The managements company's stance of this is that the repair is the responsibility of the management company. Every owner is a member of the management company so then the cost of the repair should be shared equally among all members.(NOTE: Each apartment has its own balcony for its own exclusion use i.e. the balconies are not common areas for use by everyone)

On top of this:
The "common areas" where never transferred from the developer to the management company. The developer is now in receivership and the receiver has stated it has nothing to do with them.
If the common areas are not transferred to the management company, can members of the management company really be forced to pay the repair costs.

Shouldn't the management company charge only the apartment owners, rather than all owners. They suggested if they don't charge everyone there could be a legal challenge?

You thoughts and  advice welcome
Thanks


----------



## Monbretia (24 Sep 2018)

I don't know the answer but my brother worked for a company in the UK at one stage where there was always problems when lift repairs were needed, the ground floor residents never wanted to pay for lift repairs as they didn't use it obviously but the system was all residents in the development had to contribute to all repairs.


----------



## elcato (24 Sep 2018)

You are a member of the management company and shoold raise your objection at the AGM. I presume they will need to pass a vote on the repairs anyway as the annual budget needs to be passed. how many heads have you on the houses side ? You need to start campaigning them.


----------



## Andy836 (24 Sep 2018)

Balcony repairs, if applicable to all units are typically charged to the management company. The management company is ultimately responsible for maintaining structurally sound apartment buildings. After all, an apartment buyer doesn't actually buy the apartment walls, floors etc. They buy the space inside those walls & floors & windows etc.

If your house is part of the same management company then your part of that. Contributions are typically made on a pro rata basis so you're monthly management fee will be much less than the management fee of the apartments so your contribution to fixing this will be much less than that of the apartment owners.


----------



## Lightning (24 Sep 2018)

Didn't the MUD act stop apartment owners being charged for services that they do not avail of? i.e. fair cost apportionment. I think I read that.


----------



## Palerider (24 Sep 2018)

You are either a member of the OMC or you are not, if you are then costs required to maintain or improve common areas are shared equally, in your case you raise a good point as these are not common areas and should refer to your house rules with the managing agent can get to you. 

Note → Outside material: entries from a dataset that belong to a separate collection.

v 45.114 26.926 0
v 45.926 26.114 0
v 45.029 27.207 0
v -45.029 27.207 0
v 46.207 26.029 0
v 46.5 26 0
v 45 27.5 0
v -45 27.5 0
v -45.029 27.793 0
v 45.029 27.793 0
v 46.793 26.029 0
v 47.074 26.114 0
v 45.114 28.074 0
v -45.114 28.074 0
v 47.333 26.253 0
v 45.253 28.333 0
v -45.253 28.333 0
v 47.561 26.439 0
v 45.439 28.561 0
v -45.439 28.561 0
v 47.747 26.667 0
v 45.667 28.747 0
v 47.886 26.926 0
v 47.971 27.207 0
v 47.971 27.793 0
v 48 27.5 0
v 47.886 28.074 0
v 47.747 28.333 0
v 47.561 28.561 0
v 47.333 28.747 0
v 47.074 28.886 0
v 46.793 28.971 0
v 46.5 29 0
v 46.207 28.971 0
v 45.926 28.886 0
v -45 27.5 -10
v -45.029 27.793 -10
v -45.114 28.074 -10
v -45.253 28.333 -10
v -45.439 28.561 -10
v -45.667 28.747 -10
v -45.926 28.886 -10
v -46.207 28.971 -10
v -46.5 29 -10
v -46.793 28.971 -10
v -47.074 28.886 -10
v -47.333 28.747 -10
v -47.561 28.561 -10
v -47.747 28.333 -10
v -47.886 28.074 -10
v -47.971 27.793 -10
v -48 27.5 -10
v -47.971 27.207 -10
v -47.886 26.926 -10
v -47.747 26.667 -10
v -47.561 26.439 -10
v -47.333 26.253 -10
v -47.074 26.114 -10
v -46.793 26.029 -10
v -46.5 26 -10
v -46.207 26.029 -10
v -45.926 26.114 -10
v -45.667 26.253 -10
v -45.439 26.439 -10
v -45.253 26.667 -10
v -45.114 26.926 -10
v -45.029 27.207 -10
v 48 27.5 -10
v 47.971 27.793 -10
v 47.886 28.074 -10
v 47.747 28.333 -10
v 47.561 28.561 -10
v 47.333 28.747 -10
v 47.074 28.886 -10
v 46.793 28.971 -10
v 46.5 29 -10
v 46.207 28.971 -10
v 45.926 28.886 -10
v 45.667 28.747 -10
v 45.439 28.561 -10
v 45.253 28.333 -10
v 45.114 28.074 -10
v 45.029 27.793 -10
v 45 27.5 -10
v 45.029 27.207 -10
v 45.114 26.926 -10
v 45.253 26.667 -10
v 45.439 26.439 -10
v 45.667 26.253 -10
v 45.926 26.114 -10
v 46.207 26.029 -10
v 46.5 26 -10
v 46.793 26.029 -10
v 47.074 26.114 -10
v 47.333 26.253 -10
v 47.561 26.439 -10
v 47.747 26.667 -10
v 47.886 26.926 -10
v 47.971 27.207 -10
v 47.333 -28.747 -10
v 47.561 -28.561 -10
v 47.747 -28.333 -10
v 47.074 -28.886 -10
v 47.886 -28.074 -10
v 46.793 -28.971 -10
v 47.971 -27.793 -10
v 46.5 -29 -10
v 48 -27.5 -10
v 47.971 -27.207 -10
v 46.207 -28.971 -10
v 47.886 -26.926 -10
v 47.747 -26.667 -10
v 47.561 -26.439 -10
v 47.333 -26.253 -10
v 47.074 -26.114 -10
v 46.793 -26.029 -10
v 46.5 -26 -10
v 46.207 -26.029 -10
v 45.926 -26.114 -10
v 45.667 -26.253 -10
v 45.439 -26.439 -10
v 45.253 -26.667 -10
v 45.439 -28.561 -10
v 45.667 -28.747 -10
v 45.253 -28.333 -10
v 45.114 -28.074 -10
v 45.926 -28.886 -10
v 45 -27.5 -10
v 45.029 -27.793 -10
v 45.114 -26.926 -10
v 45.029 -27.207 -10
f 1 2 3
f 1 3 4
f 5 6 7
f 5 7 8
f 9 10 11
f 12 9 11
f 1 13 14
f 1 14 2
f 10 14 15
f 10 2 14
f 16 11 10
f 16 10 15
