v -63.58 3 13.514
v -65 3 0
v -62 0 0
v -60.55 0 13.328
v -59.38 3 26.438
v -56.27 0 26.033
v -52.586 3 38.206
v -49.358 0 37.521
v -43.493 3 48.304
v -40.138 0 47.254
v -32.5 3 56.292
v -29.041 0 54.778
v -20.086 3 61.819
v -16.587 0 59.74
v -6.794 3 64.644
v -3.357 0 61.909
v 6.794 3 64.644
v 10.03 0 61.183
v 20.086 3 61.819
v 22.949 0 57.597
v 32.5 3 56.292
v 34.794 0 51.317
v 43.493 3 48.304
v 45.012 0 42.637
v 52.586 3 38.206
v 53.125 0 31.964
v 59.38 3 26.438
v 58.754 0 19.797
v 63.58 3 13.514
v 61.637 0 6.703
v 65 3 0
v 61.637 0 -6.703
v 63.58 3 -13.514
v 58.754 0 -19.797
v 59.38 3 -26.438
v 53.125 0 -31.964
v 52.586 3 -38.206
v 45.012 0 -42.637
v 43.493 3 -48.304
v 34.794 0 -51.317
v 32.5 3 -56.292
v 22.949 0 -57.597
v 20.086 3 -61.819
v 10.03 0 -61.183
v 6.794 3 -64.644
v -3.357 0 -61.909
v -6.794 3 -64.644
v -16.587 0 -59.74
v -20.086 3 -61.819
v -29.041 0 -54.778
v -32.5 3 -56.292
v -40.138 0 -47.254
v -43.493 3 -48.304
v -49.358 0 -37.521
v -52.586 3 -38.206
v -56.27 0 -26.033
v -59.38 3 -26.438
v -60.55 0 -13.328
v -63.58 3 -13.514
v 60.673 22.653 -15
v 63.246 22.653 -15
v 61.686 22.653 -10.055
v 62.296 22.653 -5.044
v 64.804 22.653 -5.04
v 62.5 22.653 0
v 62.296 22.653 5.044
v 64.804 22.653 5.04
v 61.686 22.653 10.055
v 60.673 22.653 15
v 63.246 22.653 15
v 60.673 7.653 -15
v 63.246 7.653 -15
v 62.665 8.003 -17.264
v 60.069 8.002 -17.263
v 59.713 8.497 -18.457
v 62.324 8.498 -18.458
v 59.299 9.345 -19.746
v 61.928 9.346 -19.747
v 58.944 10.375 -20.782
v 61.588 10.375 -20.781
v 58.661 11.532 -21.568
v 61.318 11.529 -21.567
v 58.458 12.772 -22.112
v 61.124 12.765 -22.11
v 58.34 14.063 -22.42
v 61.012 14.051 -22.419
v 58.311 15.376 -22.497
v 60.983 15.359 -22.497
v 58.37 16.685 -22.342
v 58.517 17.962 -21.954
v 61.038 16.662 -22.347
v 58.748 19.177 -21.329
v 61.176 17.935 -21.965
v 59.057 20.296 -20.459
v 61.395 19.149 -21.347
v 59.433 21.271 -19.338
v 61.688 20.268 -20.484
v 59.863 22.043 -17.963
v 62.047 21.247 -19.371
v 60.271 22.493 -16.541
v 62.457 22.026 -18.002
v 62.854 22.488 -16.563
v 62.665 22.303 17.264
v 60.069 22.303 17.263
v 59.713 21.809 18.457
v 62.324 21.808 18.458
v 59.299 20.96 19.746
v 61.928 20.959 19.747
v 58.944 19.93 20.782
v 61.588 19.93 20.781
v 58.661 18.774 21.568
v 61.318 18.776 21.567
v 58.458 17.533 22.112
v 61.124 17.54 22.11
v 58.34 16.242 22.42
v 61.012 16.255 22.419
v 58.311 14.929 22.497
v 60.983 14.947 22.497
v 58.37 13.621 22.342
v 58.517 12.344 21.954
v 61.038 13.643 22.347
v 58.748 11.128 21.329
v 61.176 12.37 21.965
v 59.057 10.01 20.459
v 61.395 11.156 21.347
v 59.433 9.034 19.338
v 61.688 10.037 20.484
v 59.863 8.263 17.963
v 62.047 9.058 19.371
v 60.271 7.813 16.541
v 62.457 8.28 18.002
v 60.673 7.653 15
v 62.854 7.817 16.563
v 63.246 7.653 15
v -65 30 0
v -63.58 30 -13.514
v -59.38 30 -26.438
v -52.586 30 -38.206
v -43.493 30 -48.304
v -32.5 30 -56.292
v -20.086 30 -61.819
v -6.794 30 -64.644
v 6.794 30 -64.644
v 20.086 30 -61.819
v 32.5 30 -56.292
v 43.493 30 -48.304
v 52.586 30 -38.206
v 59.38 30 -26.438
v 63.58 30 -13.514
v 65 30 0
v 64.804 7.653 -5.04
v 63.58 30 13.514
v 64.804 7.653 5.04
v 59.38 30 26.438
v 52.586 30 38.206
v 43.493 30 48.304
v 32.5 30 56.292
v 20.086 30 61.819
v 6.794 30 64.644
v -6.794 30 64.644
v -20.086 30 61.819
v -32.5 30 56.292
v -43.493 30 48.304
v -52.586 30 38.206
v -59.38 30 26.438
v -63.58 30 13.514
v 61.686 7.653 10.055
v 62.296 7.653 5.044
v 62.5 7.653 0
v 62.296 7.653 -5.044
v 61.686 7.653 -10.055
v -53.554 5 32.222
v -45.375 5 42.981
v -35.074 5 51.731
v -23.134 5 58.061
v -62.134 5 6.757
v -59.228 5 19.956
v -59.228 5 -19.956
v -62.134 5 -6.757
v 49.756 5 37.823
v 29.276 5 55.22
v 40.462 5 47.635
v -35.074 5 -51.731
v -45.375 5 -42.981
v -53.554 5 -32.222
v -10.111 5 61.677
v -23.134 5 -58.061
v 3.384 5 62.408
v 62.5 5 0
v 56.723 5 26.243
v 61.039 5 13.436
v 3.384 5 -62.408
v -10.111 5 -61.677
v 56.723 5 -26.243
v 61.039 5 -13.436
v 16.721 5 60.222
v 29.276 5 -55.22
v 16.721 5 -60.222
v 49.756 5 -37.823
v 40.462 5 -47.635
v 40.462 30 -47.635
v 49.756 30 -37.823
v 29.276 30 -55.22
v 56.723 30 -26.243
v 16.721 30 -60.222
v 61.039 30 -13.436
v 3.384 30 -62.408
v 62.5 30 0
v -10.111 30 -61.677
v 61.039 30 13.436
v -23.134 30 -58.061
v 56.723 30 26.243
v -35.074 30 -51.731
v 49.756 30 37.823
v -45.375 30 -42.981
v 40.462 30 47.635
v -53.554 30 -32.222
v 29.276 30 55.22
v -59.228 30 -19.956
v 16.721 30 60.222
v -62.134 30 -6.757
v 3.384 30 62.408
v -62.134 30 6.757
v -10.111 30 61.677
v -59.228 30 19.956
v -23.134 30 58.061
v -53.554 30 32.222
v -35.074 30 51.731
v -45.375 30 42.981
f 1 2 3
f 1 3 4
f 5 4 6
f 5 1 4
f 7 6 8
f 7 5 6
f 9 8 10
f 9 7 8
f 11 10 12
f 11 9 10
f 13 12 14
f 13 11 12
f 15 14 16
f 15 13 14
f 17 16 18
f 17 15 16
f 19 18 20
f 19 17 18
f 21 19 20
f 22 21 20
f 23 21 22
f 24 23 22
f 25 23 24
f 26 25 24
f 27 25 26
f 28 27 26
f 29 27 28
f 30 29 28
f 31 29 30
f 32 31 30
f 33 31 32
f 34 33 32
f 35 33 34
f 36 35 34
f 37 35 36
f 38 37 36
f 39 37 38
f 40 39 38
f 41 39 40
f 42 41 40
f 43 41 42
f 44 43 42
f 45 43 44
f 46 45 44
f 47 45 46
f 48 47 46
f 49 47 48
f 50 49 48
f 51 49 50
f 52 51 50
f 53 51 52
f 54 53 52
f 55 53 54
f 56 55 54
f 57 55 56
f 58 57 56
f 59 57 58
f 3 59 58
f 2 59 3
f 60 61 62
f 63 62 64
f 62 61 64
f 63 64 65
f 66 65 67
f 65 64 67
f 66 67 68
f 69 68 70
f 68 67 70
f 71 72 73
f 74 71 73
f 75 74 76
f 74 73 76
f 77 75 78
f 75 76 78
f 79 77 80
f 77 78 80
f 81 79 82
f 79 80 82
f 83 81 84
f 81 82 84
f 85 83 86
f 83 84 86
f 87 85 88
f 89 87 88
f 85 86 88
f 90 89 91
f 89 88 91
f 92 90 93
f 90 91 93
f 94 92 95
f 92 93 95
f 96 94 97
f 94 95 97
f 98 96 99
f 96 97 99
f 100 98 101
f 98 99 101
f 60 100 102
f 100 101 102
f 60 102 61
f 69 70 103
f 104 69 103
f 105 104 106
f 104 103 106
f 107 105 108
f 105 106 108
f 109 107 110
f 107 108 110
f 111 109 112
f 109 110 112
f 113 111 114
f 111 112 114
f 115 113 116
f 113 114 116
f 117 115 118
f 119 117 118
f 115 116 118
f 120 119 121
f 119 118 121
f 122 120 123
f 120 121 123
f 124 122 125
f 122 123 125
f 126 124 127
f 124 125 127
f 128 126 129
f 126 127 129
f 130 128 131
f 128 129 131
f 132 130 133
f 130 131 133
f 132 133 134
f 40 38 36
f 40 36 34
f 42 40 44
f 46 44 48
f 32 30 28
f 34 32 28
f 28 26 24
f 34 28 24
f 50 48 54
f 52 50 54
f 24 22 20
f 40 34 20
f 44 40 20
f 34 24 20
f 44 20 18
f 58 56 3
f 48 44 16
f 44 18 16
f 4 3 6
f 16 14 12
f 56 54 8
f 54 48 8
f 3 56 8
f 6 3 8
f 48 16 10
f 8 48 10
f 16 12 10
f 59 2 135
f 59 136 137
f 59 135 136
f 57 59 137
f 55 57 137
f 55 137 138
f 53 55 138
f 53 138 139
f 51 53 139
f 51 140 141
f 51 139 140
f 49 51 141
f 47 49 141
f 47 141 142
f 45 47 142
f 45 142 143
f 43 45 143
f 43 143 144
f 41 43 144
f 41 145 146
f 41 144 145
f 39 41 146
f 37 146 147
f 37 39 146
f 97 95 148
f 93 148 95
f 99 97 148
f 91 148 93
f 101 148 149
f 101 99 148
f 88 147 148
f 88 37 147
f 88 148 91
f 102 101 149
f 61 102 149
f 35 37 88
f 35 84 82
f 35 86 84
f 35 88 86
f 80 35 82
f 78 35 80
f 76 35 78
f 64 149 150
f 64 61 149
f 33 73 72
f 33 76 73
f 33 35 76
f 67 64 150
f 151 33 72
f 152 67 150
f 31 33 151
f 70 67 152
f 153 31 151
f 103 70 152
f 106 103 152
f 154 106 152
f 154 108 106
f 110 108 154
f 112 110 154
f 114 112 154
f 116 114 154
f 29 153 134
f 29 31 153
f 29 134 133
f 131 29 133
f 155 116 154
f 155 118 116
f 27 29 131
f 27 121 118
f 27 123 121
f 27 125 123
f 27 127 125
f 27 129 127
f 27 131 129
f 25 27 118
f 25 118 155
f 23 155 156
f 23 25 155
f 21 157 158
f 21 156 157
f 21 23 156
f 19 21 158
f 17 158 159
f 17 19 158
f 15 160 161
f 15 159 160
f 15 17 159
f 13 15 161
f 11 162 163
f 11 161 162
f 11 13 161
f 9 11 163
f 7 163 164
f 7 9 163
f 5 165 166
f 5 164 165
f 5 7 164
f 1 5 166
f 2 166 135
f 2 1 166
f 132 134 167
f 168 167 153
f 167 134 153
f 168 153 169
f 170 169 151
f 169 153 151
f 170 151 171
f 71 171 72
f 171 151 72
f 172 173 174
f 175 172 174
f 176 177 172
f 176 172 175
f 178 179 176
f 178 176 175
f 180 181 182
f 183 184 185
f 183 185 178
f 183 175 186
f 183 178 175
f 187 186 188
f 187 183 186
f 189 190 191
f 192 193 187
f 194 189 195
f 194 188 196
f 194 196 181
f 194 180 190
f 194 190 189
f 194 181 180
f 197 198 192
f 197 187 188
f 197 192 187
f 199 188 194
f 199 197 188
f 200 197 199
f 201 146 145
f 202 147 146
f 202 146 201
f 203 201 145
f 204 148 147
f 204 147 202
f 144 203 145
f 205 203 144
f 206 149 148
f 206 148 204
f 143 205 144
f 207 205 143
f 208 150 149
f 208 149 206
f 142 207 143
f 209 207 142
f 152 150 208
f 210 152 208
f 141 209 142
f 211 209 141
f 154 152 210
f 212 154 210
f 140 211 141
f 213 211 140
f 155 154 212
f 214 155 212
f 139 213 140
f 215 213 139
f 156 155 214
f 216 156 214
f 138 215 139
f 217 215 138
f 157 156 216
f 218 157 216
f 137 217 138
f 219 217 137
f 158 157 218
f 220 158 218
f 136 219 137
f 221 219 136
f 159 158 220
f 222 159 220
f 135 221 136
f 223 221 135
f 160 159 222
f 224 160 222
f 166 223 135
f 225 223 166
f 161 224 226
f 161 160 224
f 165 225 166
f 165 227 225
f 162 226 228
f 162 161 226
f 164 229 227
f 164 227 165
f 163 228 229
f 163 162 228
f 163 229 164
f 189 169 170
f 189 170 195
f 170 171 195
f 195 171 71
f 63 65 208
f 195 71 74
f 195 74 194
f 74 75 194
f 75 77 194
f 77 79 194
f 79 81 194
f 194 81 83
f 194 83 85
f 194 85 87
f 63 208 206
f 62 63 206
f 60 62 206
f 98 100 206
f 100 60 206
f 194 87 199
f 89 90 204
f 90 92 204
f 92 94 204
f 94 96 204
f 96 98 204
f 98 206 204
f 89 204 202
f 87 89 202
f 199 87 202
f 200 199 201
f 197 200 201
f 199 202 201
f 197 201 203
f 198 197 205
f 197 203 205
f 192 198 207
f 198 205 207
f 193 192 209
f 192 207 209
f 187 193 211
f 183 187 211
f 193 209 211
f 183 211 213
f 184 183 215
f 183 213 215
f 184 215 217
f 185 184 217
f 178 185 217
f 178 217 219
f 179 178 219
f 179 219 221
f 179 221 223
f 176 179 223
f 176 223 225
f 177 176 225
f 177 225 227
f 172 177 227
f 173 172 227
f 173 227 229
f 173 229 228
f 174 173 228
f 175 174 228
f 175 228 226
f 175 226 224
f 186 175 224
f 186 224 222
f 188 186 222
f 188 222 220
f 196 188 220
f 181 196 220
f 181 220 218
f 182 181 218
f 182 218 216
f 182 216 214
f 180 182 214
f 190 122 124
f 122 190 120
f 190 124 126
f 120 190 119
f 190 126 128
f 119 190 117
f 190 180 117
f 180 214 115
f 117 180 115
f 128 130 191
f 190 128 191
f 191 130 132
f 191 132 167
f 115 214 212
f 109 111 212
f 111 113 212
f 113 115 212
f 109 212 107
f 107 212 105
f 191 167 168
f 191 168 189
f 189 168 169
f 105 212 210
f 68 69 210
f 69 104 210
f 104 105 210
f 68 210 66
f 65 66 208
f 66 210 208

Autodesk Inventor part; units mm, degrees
ref_plane "XY Plane" through (0, 0, 0) normal (0, 0, 1) x (1, 0, 0)
sketch "Sketch2" plane through (0, 0, 0) normal (0, 1, 0) x (-1, 0, 0)
  circle A0 centre (0, 0) radius 65
  dimension "d0" = 130
extrude "Extrusion1" add sketch "Sketch2" along normal blind 30
sketch "Sketch3" plane through (0, 30, 0) normal (0, 1, 0) x (1, 0, 0)
  circle A0 centre (0, 0) radius 62.5
  dimension "d3" = 125
extrude "Extrusion2" cut sketch "Sketch3" against normal blind 25
chamfer "Chamfer1" distance 3 angle 45 1 edges at (65, 0, 0)
sketch "Sketch4" plane through (0, 0, 0) normal (0, 1, 0) x (-1, 0, 0)
  line L0 (0, 0) -> (-65, 0)
  circle A0 centre (0, 0) radius 65 projected
ref_plane "Work Plane1" through (65, 0, 0) normal (1, 0, 0) x (0, 1, 0)
sketch "Sketch5" plane through (65, 0, 0) normal (1, 0, 0) x (0, 1, 0)
  line L0 (15.1527, 15) -> (15.1527, -15) construction
  line L1 (7.6527, 15) -> (7.6527, -15)
  line L2 (22.6527, -15) -> (22.6527, 15)
  arc A0 (22.6527, 15) -> (7.6527, 15) centre (15.1527, 15) ccw
  arc A1 (7.6527, -15) -> (22.6527, -15) centre (15.1527, -15) ccw
  point P0 (0, 0)
  point P1 (15.1527, 0)
  dimension "d9" = 15
  dimension "d10" = 15
extrude "Extrusion3" cut sketch "Sketch5" against normal blind 10
properties part number "Gehaeuse_prototyp"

I have experience of this just not in Ireland, in my case all owners in the apartments paid to repair the balconies but check your rules.


----------



## lantus (24 Sep 2018)

Service fee apportionment is stipulated in the primary lease and is how all service fees should be collected including savings for unforeseen expenses. 

Generally houses are separate to common buildings but you need to check.


----------



## Threadser (24 Sep 2018)

I am a volunteer director of an OMC in a mixed development. In the budget charges that relate to apartments such as lift maintenance and common area cleaning are charged to Apartment owners only. Hence management fees for apartment owners are higher. Charges such as ground maintenance and bin collection apply to to all units. I would imagine in this instance that the cost of the balcony repairs would be charged to apartment owners only.


----------



## SimplyWorried (25 Sep 2018)

Thanks all, the OMC are suggesting putting a levy on each unit outside of the annual service charge to pay for this. Not sure they are allowed do that?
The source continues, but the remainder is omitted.